INPUT RECORDS Start Marker

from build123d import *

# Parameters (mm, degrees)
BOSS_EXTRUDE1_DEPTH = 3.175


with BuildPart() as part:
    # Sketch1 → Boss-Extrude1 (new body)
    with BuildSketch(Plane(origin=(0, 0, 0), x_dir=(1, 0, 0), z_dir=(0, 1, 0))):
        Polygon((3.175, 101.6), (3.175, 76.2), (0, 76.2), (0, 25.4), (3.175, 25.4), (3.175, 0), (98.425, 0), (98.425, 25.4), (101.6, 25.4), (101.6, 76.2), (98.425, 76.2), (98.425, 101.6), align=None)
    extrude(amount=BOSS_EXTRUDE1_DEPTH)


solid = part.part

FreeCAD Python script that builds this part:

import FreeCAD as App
import Part
import Sketcher

V = App.Vector
Q = App.Units.Quantity

doc = App.newDocument("Part")
params = doc.addObject("Spreadsheet::Sheet", "Params")
for row, (alias, value) in enumerate([
    ("sketch1_height", "1 in"),
    ("sketch1_height2", "2 in"),
    ("sketch1_width", "3.75 in"),
    ("pad1_length", "0.125 in"),
], start=1):
    params.set(f"A{row}", alias)
    params.set(f"B{row}", "=" + value)
    params.setAlias(f"B{row}", alias)

body = doc.addObject("PartDesign::Body", "Body")

# Sketch on XZ plane
sketch1 = body.newObject("Sketcher::SketchObject", "Sketch")
sketch1.AttachmentSupport = (doc.getObject("XZ_Plane"), [""])
sketch1.MapMode = "FlatFace"
sketch1.addGeometry([
    Part.LineSegment(V(3.2, -101.6, 0), V(3.2, -76.2, 0)),  # 0
    Part.LineSegment(V(3.2, -76.2, 0), V(0, -76.2, 0)),  # 1
    Part.LineSegment(V(0, -76.2, 0), V(0, -25.4, 0)),  # 2
    Part.LineSegment(V(0, -25.4, 0), V(3.2, -25.4, 0)),  # 3
    Part.LineSegment(V(3.2, -25.4, 0), V(3.2, 0, 0)),  # 4
    Part.LineSegment(V(3.2, 0, 0), V(98.4, 0, 0)),  # 5
    Part.LineSegment(V(98.4, 0, 0), V(98.4, -25.4, 0)),  # 6
    Part.LineSegment(V(98.4, -25.4, 0), V(101.6, -25.4, 0)),  # 7
    Part.LineSegment(V(101.6, -25.4, 0), V(101.6, -76.2, 0)),  # 8
    Part.LineSegment(V(101.6, -76.2, 0), V(98.4, -76.2, 0)),  # 9
    Part.LineSegment(V(98.4, -76.2, 0), V(98.4, -101.6, 0)),  # 10
    Part.LineSegment(V(98.4, -101.6, 0), V(3.2, -101.6, 0)),  # 11
], False)
sketch1.addConstraint([
    Sketcher.Constraint("Coincident", 0, 2, 1, 1),
    Sketcher.Constraint("Coincident", 1, 2, 2, 1),
    Sketcher.Constraint("Coincident", 2, 2, 3, 1),
    Sketcher.Constraint("Coincident", 3, 2, 4, 1),
    Sketcher.Constraint("Coincident", 4, 2, 5, 1),
    Sketcher.Constraint("Coincident", 5, 2, 6, 1),
    Sketcher.Constraint("Coincident", 6, 2, 7, 1),
    Sketcher.Constraint("Coincident", 7, 2, 8, 1),
    Sketcher.Constraint("Coincident", 8, 2, 9, 1),
    Sketcher.Constraint("Coincident", 9, 2, 10, 1),
    Sketcher.Constraint("Coincident", 10, 2, 11, 1),
    Sketcher.Constraint("Coincident", 11, 2, 0, 1),
    Sketcher.Constraint("Vertical", 0),
    Sketcher.Constraint("Horizontal", 1),
    Sketcher.Constraint("Vertical", 2),
    Sketcher.Constraint("Horizontal", 3),
    Sketcher.Constraint("Vertical", 4),
    Sketcher.Constraint("Horizontal", 5),
    Sketcher.Constraint("Vertical", 6),
    Sketcher.Constraint("Horizontal", 7),
    Sketcher.Constraint("Vertical", 8),
    Sketcher.Constraint("Horizontal", 9),
    Sketcher.Constraint("Vertical", 10),
    Sketcher.Constraint("Horizontal", 11),
    Sketcher.Constraint("PointOnObject", 1, 2, -2),
    Sketcher.Constraint("PointOnObject", 4, 2, -1),
    Sketcher.Constraint("Horizontal", 3, 2, 6, 2),
    Sketcher.Constraint("Horizontal", 1, 2, 8, 2),
    Sketcher.Constraint("Vertical", 0, 2, 3, 2),
    Sketcher.Constraint("Vertical", 6, 2, 9, 2),
    Sketcher.Constraint("Equal", 3, 7),
    Sketcher.Constraint("Equal", 0, 4),
    Sketcher.Constraint("DistanceY", 0, 1, 0, 2, Q("1 in")),
    Sketcher.Constraint("DistanceY", 2, 1, 2, 2, Q("2 in")),
    Sketcher.Constraint("DistanceX", -1, 1, 7, 2, Q("4 in")),
    Sketcher.Constraint("DistanceX", 5, 1, 5, 2, Q("3.75 in")),
])
sketch1.setExpression("Constraints[32]", "Params.sketch1_height")
sketch1.setExpression("Constraints[33]", "Params.sketch1_height2")
sketch1.setExpression("Constraints[35]", "Params.sketch1_width")
pad1 = body.newObject("PartDesign::Pad", "Pad")
pad1.Profile = sketch1
pad1.setExpression("Length", "Params.pad1_length")
pad1.Reversed = True

doc.recompute()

INPUT RECORDS End Marker

Copy the listing in full. Match it word for word.

from build123d import *

# Parameters (mm, degrees)
BOSS_EXTRUDE1_DEPTH = 3.175


with BuildPart() as part:
    # Sketch1 → Boss-Extrude1 (new body)
    with BuildSketch(Plane(origin=(0, 0, 0), x_dir=(1, 0, 0), z_dir=(0, 1, 0))):
        Polygon((3.175, 101.6), (3.175, 76.2), (0, 76.2), (0, 25.4), (3.175, 25.4), (3.175, 0), (98.425, 0), (98.425, 25.4), (101.6, 25.4), (101.6, 76.2), (98.425, 76.2), (98.425, 101.6), align=None)
    extrude(amount=BOSS_EXTRUDE1_DEPTH)


solid = part.part

FreeCAD Python script that builds this part:

import FreeCAD as App
import Part
import Sketcher

V = App.Vector
Q = App.Units.Quantity

doc = App.newDocument("Part")
params = doc.addObject("Spreadsheet::Sheet", "Params")
for row, (alias, value) in enumerate([
    ("sketch1_height", "1 in"),
    ("sketch1_height2", "2 in"),
    ("sketch1_width", "3.75 in"),
    ("pad1_length", "0.125 in"),
], start=1):
    params.set(f"A{row}", alias)
    params.set(f"B{row}", "=" + value)
    params.setAlias(f"B{row}", alias)

body = doc.addObject("PartDesign::Body", "Body")

# Sketch on XZ plane
sketch1 = body.newObject("Sketcher::SketchObject", "Sketch")
sketch1.AttachmentSupport = (doc.getObject("XZ_Plane"), [""])
sketch1.MapMode = "FlatFace"
sketch1.addGeometry([
    Part.LineSegment(V(3.2, -101.6, 0), V(3.2, -76.2, 0)),  # 0
    Part.LineSegment(V(3.2, -76.2, 0), V(0, -76.2, 0)),  # 1
    Part.LineSegment(V(0, -76.2, 0), V(0, -25.4, 0)),  # 2
    Part.LineSegment(V(0, -25.4, 0), V(3.2, -25.4, 0)),  # 3
    Part.LineSegment(V(3.2, -25.4, 0), V(3.2, 0, 0)),  # 4
    Part.LineSegment(V(3.2, 0, 0), V(98.4, 0, 0)),  # 5
    Part.LineSegment(V(98.4, 0, 0), V(98.4, -25.4, 0)),  # 6
    Part.LineSegment(V(98.4, -25.4, 0), V(101.6, -25.4, 0)),  # 7
    Part.LineSegment(V(101.6, -25.4, 0), V(101.6, -76.2, 0)),  # 8
    Part.LineSegment(V(101.6, -76.2, 0), V(98.4, -76.2, 0)),  # 9
    Part.LineSegment(V(98.4, -76.2, 0), V(98.4, -101.6, 0)),  # 10
    Part.LineSegment(V(98.4, -101.6, 0), V(3.2, -101.6, 0)),  # 11
], False)
sketch1.addConstraint([
    Sketcher.Constraint("Coincident", 0, 2, 1, 1),
    Sketcher.Constraint("Coincident", 1, 2, 2, 1),
    Sketcher.Constraint("Coincident", 2, 2, 3, 1),
    Sketcher.Constraint("Coincident", 3, 2, 4, 1),
    Sketcher.Constraint("Coincident", 4, 2, 5, 1),
    Sketcher.Constraint("Coincident", 5, 2, 6, 1),
    Sketcher.Constraint("Coincident", 6, 2, 7, 1),
    Sketcher.Constraint("Coincident", 7, 2, 8, 1),
    Sketcher.Constraint("Coincident", 8, 2, 9, 1),
    Sketcher.Constraint("Coincident", 9, 2, 10, 1),
    Sketcher.Constraint("Coincident", 10, 2, 11, 1),
    Sketcher.Constraint("Coincident", 11, 2, 0, 1),
    Sketcher.Constraint("Vertical", 0),
    Sketcher.Constraint("Horizontal", 1),
    Sketcher.Constraint("Vertical", 2),
    Sketcher.Constraint("Horizontal", 3),
    Sketcher.Constraint("Vertical", 4),
    Sketcher.Constraint("Horizontal", 5),
    Sketcher.Constraint("Vertical", 6),
    Sketcher.Constraint("Horizontal", 7),
    Sketcher.Constraint("Vertical", 8),
    Sketcher.Constraint("Horizontal", 9),
    Sketcher.Constraint("Vertical", 10),
    Sketcher.Constraint("Horizontal", 11),
    Sketcher.Constraint("PointOnObject", 1, 2, -2),
    Sketcher.Constraint("PointOnObject", 4, 2, -1),
    Sketcher.Constraint("Horizontal", 3, 2, 6, 2),
    Sketcher.Constraint("Horizontal", 1, 2, 8, 2),
    Sketcher.Constraint("Vertical", 0, 2, 3, 2),
    Sketcher.Constraint("Vertical", 6, 2, 9, 2),
    Sketcher.Constraint("Equal", 3, 7),
    Sketcher.Constraint("Equal", 0, 4),
    Sketcher.Constraint("DistanceY", 0, 1, 0, 2, Q("1 in")),
    Sketcher.Constraint("DistanceY", 2, 1, 2, 2, Q("2 in")),
    Sketcher.Constraint("DistanceX", -1, 1, 7, 2, Q("4 in")),
    Sketcher.Constraint("DistanceX", 5, 1, 5, 2, Q("3.75 in")),
])
sketch1.setExpression("Constraints[32]", "Params.sketch1_height")
sketch1.setExpression("Constraints[33]", "Params.sketch1_height2")
sketch1.setExpression("Constraints[35]", "Params.sketch1_width")
pad1 = body.newObject("PartDesign::Pad", "Pad")
pad1.Profile = sketch1
pad1.setExpression("Length", "Params.pad1_length")
pad1.Reversed = True

doc.recompute()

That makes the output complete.